:: Aim of the task ::
The response must consist of the lines below from the one with "#84=FACE_BOUND('',#83,.T.);" through the one with "#149=ADVANCED_FACE('',(#143,#146),#148,.F.);", exactly as they appear and with both ends kept.

:: Data supplied ::

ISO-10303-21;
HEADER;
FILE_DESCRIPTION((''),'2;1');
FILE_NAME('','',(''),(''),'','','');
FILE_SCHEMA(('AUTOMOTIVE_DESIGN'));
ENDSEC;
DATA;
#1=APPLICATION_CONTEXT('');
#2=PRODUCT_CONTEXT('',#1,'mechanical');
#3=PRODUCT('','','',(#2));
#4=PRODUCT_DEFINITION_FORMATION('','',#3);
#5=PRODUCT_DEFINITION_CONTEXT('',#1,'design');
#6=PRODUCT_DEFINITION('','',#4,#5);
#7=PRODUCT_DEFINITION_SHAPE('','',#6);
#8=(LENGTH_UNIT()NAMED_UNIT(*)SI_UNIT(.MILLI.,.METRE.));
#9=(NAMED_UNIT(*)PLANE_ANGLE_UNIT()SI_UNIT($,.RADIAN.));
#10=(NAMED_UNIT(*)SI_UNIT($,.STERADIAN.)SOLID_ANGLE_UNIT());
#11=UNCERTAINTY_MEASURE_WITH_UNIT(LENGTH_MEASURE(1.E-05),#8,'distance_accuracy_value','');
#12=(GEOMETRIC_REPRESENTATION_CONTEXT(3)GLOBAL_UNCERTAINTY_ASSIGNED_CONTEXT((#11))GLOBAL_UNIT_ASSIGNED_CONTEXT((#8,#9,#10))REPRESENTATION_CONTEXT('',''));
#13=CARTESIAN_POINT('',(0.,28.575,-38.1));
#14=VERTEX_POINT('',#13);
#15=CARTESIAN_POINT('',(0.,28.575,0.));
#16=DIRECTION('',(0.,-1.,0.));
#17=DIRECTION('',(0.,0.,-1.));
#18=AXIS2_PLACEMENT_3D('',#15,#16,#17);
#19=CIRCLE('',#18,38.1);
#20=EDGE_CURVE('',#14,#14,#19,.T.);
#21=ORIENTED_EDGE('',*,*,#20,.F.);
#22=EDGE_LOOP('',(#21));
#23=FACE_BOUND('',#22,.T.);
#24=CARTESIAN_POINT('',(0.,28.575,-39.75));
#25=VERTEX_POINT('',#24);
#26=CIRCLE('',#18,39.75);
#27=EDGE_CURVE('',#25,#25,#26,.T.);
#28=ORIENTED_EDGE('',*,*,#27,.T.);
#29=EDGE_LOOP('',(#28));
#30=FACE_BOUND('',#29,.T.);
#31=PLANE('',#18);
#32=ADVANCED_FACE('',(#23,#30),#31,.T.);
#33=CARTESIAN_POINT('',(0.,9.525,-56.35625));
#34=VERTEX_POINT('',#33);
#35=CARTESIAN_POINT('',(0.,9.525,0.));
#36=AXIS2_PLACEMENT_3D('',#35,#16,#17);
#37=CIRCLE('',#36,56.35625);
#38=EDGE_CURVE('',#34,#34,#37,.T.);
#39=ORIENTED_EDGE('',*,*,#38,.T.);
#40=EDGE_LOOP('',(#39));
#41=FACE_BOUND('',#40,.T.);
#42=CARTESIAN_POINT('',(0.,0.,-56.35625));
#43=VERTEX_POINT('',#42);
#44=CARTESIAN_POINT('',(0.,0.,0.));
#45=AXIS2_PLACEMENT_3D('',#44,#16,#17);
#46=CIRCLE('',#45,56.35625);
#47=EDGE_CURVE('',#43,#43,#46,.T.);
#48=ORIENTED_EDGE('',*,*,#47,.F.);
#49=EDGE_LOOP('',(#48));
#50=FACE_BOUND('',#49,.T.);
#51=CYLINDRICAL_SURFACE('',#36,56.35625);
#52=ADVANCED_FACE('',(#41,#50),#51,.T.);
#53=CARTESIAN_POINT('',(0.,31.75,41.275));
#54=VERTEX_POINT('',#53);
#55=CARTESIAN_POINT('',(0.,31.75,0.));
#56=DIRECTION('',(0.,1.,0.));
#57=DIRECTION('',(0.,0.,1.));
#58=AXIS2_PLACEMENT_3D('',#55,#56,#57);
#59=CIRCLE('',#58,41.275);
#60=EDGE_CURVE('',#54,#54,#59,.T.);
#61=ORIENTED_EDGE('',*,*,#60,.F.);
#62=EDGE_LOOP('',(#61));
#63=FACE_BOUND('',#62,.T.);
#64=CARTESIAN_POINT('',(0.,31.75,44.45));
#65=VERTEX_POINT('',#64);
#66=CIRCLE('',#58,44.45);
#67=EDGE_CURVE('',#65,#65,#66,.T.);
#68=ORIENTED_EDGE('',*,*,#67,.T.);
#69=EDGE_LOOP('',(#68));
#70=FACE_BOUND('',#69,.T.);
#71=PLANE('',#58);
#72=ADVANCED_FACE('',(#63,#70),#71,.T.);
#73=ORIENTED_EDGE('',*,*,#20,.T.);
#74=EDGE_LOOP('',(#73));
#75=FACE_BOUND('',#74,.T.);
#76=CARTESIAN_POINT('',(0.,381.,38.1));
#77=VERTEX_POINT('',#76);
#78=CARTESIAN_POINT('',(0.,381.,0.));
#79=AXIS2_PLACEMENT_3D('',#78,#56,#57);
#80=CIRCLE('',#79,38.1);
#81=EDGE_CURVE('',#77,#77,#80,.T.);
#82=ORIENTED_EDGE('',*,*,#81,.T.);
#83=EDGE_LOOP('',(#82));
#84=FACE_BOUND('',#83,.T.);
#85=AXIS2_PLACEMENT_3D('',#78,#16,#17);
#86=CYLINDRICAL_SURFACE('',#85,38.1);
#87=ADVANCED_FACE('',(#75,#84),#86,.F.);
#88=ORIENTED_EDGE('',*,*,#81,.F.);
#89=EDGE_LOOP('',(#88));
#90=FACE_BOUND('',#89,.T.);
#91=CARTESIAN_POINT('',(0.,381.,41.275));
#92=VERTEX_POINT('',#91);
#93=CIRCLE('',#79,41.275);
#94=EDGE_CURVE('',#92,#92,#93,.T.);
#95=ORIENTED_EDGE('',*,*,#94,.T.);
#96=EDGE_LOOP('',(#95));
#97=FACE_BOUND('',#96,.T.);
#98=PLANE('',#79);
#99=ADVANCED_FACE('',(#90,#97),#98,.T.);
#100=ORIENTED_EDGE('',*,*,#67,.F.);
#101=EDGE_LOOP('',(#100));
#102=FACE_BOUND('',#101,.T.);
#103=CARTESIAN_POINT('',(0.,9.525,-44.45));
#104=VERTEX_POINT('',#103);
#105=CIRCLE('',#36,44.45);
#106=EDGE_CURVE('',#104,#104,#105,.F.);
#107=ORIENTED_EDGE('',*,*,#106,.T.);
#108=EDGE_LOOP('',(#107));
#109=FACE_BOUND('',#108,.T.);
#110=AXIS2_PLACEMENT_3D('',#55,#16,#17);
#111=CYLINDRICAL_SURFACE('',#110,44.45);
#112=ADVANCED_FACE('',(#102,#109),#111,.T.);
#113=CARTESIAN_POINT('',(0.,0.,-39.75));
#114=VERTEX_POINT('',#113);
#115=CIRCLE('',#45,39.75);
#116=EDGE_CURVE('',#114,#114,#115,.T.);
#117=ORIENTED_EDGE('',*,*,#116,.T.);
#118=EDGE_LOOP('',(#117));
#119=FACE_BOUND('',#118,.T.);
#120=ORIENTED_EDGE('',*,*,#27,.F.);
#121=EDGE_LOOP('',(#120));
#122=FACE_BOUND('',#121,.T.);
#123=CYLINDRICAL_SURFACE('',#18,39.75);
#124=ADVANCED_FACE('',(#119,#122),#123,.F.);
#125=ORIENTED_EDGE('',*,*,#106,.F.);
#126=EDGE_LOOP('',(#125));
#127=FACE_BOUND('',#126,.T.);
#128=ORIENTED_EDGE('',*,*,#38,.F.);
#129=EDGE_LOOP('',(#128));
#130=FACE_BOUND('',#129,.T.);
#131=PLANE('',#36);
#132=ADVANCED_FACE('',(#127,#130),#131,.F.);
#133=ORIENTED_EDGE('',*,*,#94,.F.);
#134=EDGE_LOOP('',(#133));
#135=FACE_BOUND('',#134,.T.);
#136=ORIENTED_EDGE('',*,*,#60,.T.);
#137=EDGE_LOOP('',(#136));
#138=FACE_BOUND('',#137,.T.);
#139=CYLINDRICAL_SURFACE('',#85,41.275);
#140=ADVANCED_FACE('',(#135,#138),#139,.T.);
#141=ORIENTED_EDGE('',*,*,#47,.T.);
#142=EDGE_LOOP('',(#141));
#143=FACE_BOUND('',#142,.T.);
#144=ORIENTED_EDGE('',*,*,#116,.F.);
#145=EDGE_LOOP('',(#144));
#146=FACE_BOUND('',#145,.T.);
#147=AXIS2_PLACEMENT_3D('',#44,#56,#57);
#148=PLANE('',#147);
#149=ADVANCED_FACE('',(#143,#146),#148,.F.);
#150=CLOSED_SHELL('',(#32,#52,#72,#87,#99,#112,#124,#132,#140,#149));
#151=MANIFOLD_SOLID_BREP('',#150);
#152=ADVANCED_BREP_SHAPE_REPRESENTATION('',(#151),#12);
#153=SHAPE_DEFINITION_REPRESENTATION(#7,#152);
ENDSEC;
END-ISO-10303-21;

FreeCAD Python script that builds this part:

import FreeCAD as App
import Part
import Sketcher
Q = App.Units.Quantity

doc = App.newDocument("Part")
body = doc.addObject("PartDesign::Body", "Body")

# Sketch on XZ plane
sketch1 = doc.addObject("Sketcher::SketchObject", "Sketch")
body.addObject(sketch1)
sketch1.AttachmentSupport = (doc.XZ_Plane, [""])
sketch1.MapMode = "FlatFace"
sketch1.addGeometry(Part.Circle(App.Vector(0, 0, 0), App.Vector(0, 0, 1), 41), False)
sketch1.addGeometry(Part.Circle(App.Vector(0, 0, 0), App.Vector(0, 0, 1), 38), False)
sketch1.addConstraint(Sketcher.Constraint("Coincident", 0, 3, -1, 1))
sketch1.addConstraint(Sketcher.Constraint("Coincident", 1, 3, -1, 1))
sketch1.addConstraint(Sketcher.Constraint("Diameter", 1, Q("3 in")))
sketch1.addConstraint(Sketcher.Constraint("Diameter", 0, Q("3.25 in")))
pad1 = doc.addObject("PartDesign::Pad", "Pad")
body.addObject(pad1)
pad1.Profile = sketch1
pad1.Length = Q("15 in")
pad1.Reversed = True

# Sketch on XZ plane
sketch2 = doc.addObject("Sketcher::SketchObject", "Sketch001")
body.addObject(sketch2)
sketch2.AttachmentSupport = (doc.XZ_Plane, [""])
sketch2.MapMode = "FlatFace"
sketch2.addGeometry(Part.Circle(App.Vector(0, 0, 0), App.Vector(0, 0, 1), 56), False)
sketch2.addGeometry(Part.Circle(App.Vector(0, 0, 0), App.Vector(0, 0, 1), 38), False)
sketch2.addConstraint(Sketcher.Constraint("Coincident", 0, 3, -1, 1))
sketch2.addConstraint(Sketcher.Constraint("Coincident", 1, 3, -1, 1))
sketch2.addConstraint(Sketcher.Constraint("Diameter", 1, Q("3 in")))
sketch2.addConstraint(Sketcher.Constraint("Diameter", 0, Q("4.4375 in")))
pad2 = doc.addObject("PartDesign::Pad", "Pad001")
body.addObject(pad2)
pad2.Profile = sketch2
pad2.Length = Q("0.375 in")
pad2.Reversed = True

# Sketch on XZ plane
sketch3 = doc.addObject("Sketcher::SketchObject", "Sketch002")
body.addObject(sketch3)
sketch3.AttachmentSupport = (doc.XZ_Plane, [""])
sketch3.MapMode = "FlatFace"
sketch3.addGeometry(Part.Circle(App.Vector(0, 0, 0), App.Vector(0, 0, 1), 40), False)
sketch3.addConstraint(Sketcher.Constraint("Coincident", 0, 3, -1, 1))
sketch3.addConstraint(Sketcher.Constraint("Diameter", 0, Q("79.5 mm")))
pocket1 = doc.addObject("PartDesign::Pocket", "Pocket")
body.addObject(pocket1)
pocket1.Profile = sketch3
pocket1.Length = Q("1.125 in")

# Sketch on XZ plane
sketch4 = doc.addObject("Sketcher::SketchObject", "Sketch003")
body.addObject(sketch4)
sketch4.AttachmentSupport = (doc.XZ_Plane, [""])
sketch4.MapMode = "FlatFace"
sketch4.AttachmentOffset = App.Placement(App.Vector(0, 0, -0.375 * 25.4), App.Rotation())
sketch4.addGeometry(Part.Circle(App.Vector(0, 0, 0), App.Vector(0, 0, 1), 44), False)
sketch4.addGeometry(Part.Circle(App.Vector(0, 0, 0), App.Vector(0, 0, 1), 41), False)
sketch4.addConstraint(Sketcher.Constraint("Coincident", 0, 3, -1, 1))
sketch4.addConstraint(Sketcher.Constraint("Coincident", 1, 3, -1, 1))
sketch4.addConstraint(Sketcher.Constraint("Diameter", 0, Q("3.5 in")))
sketch4.addConstraint(Sketcher.Constraint("Diameter", 1, Q("3.25 in")))
pad3 = doc.addObject("PartDesign::Pad", "Pad002")
body.addObject(pad3)
pad3.Profile = sketch4
pad3.Length = Q("0.875 in")
pad3.Reversed = True

doc.recompute()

:: Solved problem ::
#84=FACE_BOUND('',#83,.T.);
#85=AXIS2_PLACEMENT_3D('',#78,#16,#17);
#86=CYLINDRICAL_SURFACE('',#85,38.1);
#87=ADVANCED_FACE('',(#75,#84),#86,.F.);
#88=ORIENTED_EDGE('',*,*,#81,.F.);
#89=EDGE_LOOP('',(#88));
#90=FACE_BOUND('',#89,.T.);
#91=CARTESIAN_POINT('',(0.,381.,41.275));
#92=VERTEX_POINT('',#91);
#93=CIRCLE('',#79,41.275);
#94=EDGE_CURVE('',#92,#92,#93,.T.);
#95=ORIENTED_EDGE('',*,*,#94,.T.);
#96=EDGE_LOOP('',(#95));
#97=FACE_BOUND('',#96,.T.);
#98=PLANE('',#79);
#99=ADVANCED_FACE('',(#90,#97),#98,.T.);
#100=ORIENTED_EDGE('',*,*,#67,.F.);
#101=EDGE_LOOP('',(#100));
#102=FACE_BOUND('',#101,.T.);
#103=CARTESIAN_POINT('',(0.,9.525,-44.45));
#104=VERTEX_POINT('',#103);
#105=CIRCLE('',#36,44.45);
#106=EDGE_CURVE('',#104,#104,#105,.F.);
#107=ORIENTED_EDGE('',*,*,#106,.T.);
#108=EDGE_LOOP('',(#107));
#109=FACE_BOUND('',#108,.T.);
#110=AXIS2_PLACEMENT_3D('',#55,#16,#17);
#111=CYLINDRICAL_SURFACE('',#110,44.45);
#112=ADVANCED_FACE('',(#102,#109),#111,.T.);
#113=CARTESIAN_POINT('',(0.,0.,-39.75));
#114=VERTEX_POINT('',#113);
#115=CIRCLE('',#45,39.75);
#116=EDGE_CURVE('',#114,#114,#115,.T.);
#117=ORIENTED_EDGE('',*,*,#116,.T.);
#118=EDGE_LOOP('',(#117));
#119=FACE_BOUND('',#118,.T.);
#120=ORIENTED_EDGE('',*,*,#27,.F.);
#121=EDGE_LOOP('',(#120));
#122=FACE_BOUND('',#121,.T.);
#123=CYLINDRICAL_SURFACE('',#18,39.75);
#124=ADVANCED_FACE('',(#119,#122),#123,.F.);
#125=ORIENTED_EDGE('',*,*,#106,.F.);
#126=EDGE_LOOP('',(#125));
#127=FACE_BOUND('',#126,.T.);
#128=ORIENTED_EDGE('',*,*,#38,.F.);
#129=EDGE_LOOP('',(#128));
#130=FACE_BOUND('',#129,.T.);
#131=PLANE('',#36);
#132=ADVANCED_FACE('',(#127,#130),#131,.F.);
#133=ORIENTED_EDGE('',*,*,#94,.F.);
#134=EDGE_LOOP('',(#133));
#135=FACE_BOUND('',#134,.T.);
#136=ORIENTED_EDGE('',*,*,#60,.T.);
#137=EDGE_LOOP('',(#136));
#138=FACE_BOUND('',#137,.T.);
#139=CYLINDRICAL_SURFACE('',#85,41.275);
#140=ADVANCED_FACE('',(#135,#138),#139,.T.);
#141=ORIENTED_EDGE('',*,*,#47,.T.);
#142=EDGE_LOOP('',(#141));
#143=FACE_BOUND('',#142,.T.);
#144=ORIENTED_EDGE('',*,*,#116,.F.);
#145=EDGE_LOOP('',(#144));
#146=FACE_BOUND('',#145,.T.);
#147=AXIS2_PLACEMENT_3D('',#44,#56,#57);
#148=PLANE('',#147);
#149=ADVANCED_FACE('',(#143,#146),#148,.F.);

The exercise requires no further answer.